"Von der Buchidee zum Verlagsvertrag" von Markus Miksch ist ein kleines Büchlein, zu dem der Titel nicht ganz zu passen scheint. Meiner Ansicht nach setzen die Erläuterungen nicht schon bei der Buchidee an, sondern erst wenn die Rohfassung des Manuskripts mehr oder weniger steht. Das ist ja nun auch nicht gerade verkehrt. Ich konnte mir auf jeden Fall ein paar nützliche Tipps herauspicken, die ich nun umsetzen möchte. Glücklicherweise steht meine erste Rohfassung tatsächlich schon, weshalb ich keine Unterstützung bei einer Buchidee brauchte. Wenn ich dieses Buch nun allerdings erworben hätte, um mir Tipps mit meiner Buchidee zu holen, wäre ich vermutlich enttäuscht worden.

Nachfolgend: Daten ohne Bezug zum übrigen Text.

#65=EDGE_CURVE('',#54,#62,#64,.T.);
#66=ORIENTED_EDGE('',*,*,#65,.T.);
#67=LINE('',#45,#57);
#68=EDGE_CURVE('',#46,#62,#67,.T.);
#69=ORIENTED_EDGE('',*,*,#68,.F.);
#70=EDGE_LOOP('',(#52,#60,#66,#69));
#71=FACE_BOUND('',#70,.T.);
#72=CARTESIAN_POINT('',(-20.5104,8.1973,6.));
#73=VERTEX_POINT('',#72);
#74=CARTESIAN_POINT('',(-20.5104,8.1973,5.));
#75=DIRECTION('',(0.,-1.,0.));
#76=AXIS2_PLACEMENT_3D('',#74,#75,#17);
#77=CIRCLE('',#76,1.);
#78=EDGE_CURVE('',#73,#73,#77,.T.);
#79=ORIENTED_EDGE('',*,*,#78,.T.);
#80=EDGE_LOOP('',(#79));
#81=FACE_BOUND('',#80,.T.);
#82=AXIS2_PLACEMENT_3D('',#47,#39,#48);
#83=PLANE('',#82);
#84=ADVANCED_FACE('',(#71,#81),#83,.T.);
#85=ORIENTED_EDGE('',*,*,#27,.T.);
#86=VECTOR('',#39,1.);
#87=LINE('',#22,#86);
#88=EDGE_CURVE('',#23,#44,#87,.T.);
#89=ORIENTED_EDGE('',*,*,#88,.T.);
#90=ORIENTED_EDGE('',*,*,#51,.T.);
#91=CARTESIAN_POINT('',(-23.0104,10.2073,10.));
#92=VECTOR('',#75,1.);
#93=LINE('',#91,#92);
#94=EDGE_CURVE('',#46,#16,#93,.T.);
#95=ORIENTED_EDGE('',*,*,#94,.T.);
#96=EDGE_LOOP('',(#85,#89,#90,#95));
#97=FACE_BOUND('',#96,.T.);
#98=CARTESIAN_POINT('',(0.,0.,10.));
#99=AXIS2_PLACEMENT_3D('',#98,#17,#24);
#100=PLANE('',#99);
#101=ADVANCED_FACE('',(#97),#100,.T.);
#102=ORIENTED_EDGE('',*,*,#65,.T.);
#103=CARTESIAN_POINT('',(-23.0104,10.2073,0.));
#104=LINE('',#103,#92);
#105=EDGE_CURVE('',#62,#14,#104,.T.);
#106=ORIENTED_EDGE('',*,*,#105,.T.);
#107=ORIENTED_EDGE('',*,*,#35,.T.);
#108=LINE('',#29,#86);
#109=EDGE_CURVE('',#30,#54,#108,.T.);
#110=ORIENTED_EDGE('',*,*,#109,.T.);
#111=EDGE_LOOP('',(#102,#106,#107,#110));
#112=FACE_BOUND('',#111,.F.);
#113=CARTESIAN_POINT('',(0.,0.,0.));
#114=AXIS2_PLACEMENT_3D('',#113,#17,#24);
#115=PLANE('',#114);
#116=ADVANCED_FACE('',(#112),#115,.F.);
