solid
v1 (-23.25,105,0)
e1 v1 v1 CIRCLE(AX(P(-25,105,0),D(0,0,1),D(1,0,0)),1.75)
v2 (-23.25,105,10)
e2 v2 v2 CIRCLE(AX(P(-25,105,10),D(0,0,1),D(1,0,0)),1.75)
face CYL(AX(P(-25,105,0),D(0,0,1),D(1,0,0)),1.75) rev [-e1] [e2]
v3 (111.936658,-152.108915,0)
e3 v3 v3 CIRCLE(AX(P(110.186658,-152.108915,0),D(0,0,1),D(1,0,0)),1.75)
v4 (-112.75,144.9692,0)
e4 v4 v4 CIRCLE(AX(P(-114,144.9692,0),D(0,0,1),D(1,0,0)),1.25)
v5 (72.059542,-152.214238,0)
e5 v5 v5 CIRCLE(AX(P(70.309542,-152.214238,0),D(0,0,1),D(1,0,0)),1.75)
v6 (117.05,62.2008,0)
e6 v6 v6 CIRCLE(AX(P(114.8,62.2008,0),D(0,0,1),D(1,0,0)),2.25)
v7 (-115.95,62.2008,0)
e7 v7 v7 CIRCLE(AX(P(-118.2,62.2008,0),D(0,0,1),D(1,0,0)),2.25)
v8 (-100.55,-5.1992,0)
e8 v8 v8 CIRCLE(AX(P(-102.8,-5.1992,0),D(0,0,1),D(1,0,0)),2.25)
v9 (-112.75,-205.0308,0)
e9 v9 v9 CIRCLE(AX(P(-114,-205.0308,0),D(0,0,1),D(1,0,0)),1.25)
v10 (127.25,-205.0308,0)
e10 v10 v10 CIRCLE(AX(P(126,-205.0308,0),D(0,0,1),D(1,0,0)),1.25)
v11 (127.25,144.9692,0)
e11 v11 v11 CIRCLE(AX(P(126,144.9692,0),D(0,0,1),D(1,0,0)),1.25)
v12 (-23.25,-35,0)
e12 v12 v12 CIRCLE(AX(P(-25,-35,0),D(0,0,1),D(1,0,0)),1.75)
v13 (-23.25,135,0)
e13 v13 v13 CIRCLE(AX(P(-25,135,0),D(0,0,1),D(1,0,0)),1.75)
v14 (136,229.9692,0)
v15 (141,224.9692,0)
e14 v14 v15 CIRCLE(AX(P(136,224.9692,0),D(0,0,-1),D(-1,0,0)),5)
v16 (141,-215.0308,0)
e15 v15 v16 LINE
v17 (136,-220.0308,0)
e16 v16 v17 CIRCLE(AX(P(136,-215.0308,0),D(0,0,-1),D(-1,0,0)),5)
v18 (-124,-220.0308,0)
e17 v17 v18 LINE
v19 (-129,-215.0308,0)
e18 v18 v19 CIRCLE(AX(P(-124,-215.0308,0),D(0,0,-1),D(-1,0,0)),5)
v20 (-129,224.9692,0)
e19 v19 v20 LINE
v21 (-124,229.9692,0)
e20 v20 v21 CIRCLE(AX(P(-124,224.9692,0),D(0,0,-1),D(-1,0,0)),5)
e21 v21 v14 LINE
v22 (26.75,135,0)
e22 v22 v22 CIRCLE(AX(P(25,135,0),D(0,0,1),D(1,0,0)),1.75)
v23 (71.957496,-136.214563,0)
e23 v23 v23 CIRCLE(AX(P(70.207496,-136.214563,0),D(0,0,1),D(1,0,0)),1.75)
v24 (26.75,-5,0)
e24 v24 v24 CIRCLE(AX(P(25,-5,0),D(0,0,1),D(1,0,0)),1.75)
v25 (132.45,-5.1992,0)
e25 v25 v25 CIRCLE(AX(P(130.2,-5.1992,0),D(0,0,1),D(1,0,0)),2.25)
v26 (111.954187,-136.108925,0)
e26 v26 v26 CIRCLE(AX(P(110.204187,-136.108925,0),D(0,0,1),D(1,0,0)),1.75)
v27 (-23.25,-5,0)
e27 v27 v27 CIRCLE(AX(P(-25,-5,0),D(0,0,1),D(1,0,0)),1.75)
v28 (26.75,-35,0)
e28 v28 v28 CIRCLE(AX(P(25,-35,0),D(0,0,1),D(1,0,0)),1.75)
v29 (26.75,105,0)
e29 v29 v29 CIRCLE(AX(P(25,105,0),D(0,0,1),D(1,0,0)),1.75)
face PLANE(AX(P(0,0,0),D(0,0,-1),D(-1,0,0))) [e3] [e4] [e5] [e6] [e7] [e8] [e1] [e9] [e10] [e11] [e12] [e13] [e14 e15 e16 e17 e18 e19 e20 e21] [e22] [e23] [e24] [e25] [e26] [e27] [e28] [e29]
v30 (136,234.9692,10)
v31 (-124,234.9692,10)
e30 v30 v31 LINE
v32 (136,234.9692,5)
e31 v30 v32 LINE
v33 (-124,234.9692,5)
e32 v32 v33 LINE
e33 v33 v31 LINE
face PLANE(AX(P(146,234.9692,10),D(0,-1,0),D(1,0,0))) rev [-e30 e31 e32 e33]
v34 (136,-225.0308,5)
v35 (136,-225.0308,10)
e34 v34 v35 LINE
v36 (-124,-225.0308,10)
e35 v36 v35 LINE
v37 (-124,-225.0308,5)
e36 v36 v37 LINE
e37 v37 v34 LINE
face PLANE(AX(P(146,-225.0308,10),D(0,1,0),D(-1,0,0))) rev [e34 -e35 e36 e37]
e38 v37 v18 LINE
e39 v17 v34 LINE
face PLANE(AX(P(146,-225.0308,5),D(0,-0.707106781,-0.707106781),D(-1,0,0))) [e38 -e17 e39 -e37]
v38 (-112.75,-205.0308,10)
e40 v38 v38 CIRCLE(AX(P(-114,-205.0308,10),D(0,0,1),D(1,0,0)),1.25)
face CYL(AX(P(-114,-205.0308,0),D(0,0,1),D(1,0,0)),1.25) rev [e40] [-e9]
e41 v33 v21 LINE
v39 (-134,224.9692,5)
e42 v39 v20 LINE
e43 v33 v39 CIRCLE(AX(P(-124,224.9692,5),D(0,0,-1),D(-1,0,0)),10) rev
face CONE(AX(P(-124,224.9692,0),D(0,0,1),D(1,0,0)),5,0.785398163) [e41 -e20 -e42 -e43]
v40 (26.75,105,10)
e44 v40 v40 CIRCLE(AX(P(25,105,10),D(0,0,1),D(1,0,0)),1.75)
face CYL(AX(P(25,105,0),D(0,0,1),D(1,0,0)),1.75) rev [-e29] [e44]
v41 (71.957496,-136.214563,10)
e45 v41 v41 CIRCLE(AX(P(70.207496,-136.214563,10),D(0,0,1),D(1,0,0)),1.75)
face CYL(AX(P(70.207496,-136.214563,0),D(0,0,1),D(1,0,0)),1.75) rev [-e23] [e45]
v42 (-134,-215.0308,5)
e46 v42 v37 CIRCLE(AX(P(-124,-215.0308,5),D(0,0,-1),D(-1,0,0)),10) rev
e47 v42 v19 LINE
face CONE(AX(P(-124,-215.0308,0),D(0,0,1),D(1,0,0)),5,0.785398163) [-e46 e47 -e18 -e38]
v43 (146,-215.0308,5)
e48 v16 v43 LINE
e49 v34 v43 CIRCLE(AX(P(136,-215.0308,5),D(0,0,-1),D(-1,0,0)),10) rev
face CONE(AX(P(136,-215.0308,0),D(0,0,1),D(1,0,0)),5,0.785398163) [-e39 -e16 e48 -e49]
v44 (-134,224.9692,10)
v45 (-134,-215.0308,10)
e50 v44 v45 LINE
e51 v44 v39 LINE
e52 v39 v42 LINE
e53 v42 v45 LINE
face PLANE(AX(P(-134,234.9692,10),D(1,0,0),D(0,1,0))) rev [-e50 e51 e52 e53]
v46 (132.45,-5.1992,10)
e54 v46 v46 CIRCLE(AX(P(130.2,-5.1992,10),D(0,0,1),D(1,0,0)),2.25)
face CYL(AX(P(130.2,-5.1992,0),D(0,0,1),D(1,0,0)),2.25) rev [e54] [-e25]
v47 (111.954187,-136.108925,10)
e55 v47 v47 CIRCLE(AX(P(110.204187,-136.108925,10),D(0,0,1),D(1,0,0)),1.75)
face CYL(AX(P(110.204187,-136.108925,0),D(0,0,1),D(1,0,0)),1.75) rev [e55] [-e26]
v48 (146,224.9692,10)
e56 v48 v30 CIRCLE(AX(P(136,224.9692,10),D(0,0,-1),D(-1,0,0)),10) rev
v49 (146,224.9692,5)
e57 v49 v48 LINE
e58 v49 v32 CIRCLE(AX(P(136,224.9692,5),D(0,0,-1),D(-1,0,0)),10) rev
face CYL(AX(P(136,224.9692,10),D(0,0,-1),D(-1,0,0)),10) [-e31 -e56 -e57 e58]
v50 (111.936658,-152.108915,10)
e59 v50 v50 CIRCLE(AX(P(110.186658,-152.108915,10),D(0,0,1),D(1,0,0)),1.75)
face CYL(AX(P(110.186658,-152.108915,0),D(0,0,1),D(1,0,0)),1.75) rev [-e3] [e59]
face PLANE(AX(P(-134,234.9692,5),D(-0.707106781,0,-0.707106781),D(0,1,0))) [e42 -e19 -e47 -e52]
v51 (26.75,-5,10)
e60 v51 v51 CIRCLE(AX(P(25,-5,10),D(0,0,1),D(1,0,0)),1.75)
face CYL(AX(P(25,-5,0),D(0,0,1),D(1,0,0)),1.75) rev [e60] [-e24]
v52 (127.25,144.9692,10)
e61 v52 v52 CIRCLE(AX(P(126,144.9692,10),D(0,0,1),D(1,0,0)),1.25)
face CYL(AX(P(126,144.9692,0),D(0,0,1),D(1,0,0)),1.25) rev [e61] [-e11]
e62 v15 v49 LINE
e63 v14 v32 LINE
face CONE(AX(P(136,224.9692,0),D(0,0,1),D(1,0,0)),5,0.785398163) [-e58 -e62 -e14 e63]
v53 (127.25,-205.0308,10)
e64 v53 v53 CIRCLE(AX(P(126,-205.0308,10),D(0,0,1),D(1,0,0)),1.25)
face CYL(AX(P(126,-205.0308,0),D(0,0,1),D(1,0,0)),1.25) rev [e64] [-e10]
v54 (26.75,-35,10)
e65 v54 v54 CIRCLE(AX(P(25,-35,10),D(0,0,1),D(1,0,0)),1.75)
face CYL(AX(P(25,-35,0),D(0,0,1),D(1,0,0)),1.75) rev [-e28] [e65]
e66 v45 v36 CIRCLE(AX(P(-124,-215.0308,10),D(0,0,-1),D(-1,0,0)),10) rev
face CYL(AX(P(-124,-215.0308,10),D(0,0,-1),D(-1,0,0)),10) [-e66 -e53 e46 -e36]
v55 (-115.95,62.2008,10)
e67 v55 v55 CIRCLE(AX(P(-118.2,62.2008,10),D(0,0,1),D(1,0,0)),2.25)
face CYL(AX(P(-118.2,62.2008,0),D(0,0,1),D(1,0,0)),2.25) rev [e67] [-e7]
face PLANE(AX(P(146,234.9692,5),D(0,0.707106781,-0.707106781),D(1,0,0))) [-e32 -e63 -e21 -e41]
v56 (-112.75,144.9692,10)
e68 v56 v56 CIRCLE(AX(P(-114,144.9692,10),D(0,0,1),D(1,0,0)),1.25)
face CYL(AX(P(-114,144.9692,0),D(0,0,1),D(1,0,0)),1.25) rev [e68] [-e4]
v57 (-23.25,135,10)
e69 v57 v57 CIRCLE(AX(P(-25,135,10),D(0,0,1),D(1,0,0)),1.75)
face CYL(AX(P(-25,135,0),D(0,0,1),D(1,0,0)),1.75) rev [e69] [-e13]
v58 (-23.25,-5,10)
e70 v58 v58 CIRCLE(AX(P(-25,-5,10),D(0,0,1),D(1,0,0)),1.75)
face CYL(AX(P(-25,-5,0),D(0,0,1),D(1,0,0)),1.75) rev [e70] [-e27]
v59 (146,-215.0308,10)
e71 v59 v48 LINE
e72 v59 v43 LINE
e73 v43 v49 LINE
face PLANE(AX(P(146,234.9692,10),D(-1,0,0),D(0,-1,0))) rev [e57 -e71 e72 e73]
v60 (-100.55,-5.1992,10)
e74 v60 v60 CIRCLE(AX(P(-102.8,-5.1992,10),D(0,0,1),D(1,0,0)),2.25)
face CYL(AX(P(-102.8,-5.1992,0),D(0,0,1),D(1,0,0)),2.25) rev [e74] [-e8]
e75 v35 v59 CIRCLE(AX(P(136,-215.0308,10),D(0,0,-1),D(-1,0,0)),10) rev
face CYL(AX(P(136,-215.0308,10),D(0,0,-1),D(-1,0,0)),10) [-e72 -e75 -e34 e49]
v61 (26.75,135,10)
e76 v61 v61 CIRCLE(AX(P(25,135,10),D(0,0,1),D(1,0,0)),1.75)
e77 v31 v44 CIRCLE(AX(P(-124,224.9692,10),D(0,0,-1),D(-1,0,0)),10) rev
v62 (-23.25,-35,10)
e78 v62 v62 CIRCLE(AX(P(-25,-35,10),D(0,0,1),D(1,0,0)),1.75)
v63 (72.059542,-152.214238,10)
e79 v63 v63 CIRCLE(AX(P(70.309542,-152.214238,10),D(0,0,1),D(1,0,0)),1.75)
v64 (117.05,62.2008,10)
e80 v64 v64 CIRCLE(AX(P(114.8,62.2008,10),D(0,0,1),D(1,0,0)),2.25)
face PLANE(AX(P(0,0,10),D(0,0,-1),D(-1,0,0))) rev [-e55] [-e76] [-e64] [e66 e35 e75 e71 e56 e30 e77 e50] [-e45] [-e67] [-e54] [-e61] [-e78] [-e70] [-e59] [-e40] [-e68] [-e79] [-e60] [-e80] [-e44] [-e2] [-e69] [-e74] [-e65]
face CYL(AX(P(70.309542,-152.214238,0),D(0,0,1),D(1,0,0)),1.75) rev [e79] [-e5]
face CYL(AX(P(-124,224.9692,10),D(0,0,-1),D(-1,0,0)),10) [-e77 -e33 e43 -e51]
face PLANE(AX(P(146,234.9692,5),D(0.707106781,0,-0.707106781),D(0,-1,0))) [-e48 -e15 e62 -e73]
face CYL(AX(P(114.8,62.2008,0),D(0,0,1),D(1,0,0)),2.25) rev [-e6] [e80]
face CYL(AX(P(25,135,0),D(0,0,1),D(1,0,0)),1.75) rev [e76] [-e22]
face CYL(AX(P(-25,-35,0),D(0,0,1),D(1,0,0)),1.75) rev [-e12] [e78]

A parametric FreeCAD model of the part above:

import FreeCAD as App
import Part
import Sketcher

V = App.Vector
Q = App.Units.Quantity


def edges_at(feature, points):
    """Names of the edges that pass closest to the given points."""
    edges = feature.Shape.Edges
    near = lambda p: min(range(len(edges)), key=lambda i: edges[i].distToShape(Part.Vertex(*p))[0])
    return sorted({f"Edge{near(p) + 1}" for p in points})


def add_polygon(sketch, points):
    """Adds a closed chain of lines whose ends are joined by coincident constraints."""
    first, n = sketch.GeometryCount, len(points)
    for a, b in zip(points, points[1:] + points[:1]):
        sketch.addGeometry(Part.LineSegment(App.Vector(*a, 0), App.Vector(*b, 0)), False)
    for i in range(n):
        sketch.addConstraint(Sketcher.Constraint("Coincident", first + i, 2, first + (i + 1) % n, 1))

doc = App.newDocument("Part")
body = doc.addObject("PartDesign::Body", "Body")

sketch1 = body.newObject("Sketcher::SketchObject", "Sketch")
sketch1.AttachmentSupport = (doc.getObject("XY_Plane"), [""])
sketch1.MapMode = "FlatFace"
add_polygon(sketch1, [(-134, 235), (-134, -225), (146, -225), (146, 235)])
sketch1.addConstraint(Sketcher.Constraint("Vertical", 0))
sketch1.addConstraint(Sketcher.Constraint("Horizontal", 1))
sketch1.addConstraint(Sketcher.Constraint("Vertical", 2))
sketch1.addConstraint(Sketcher.Constraint("Horizontal", 3))
sketch1.addConstraint(Sketcher.Constraint("DistanceX", 1, 1, 1, 2, Q("280 mm")))
sketch1.addConstraint(Sketcher.Constraint("DistanceY", 0, 2, 0, 1, Q("460 mm")))
sketch1.addConstraint(Sketcher.Constraint("DistanceX", 0, 2, -1, 1, Q("134 mm")))
sketch1.addConstraint(Sketcher.Constraint("DistanceY", 0, 2, -1, 1, Q("225.0308 mm")))
pad1 = body.newObject("PartDesign::Pad", "Pad")
pad1.Profile = sketch1
pad1.Length = 10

Nach dem einleitenden Vorwort erfahren wir erst mal nicht viel Neues: Das Kapitel "Ein hart umkämpfter Markt" beschreibt die Situation, dass es mehr Manuskripte als Verlage gibt, die es drucken wollen/können. Darauf aufbauend allerdings werden dann ein paar Ansätze genannt, wie man sich eventuell doch am Markt positionieren kann - auch wenn ich beim Lesen das Gefühl hatte, dass das sicher die meisten sowieso versuchen und wissen. Welchen Teil man als Leseprobe verwenden soll, fand ich allerdings hilfreich.
Kapitel zwei "Belletristik und Sachbuch" fand ich recht nützlich. Das Schreiben wird als Handwerk erläutert und da habe ich mich wirklich angesprochen gefühlt. Ich selbst habe zu Beginn meines Schreibprozesses viel zu viel drauflos geschrieben und beim Schreiben gemerkt, dass mich das nicht weit bringt. Es gibt nicht umsonst Strukturen. Kapitel drei und vier beschäftigen sich mit dem perfekten Exposé.
Abschließend gibt es noch Werbung zum Verlag sowie ein Beispielexposé im Anhang.
Zusammenfassend kann man sagen: Es gibt ganz gute Tipps, allerdings zu wenig Inhalt für 11,95 Euro. Das Büchlein ist in einer halben Stunde ausgelesen, wovon etwa fünf Minuten für Werbung lesen draufgehen.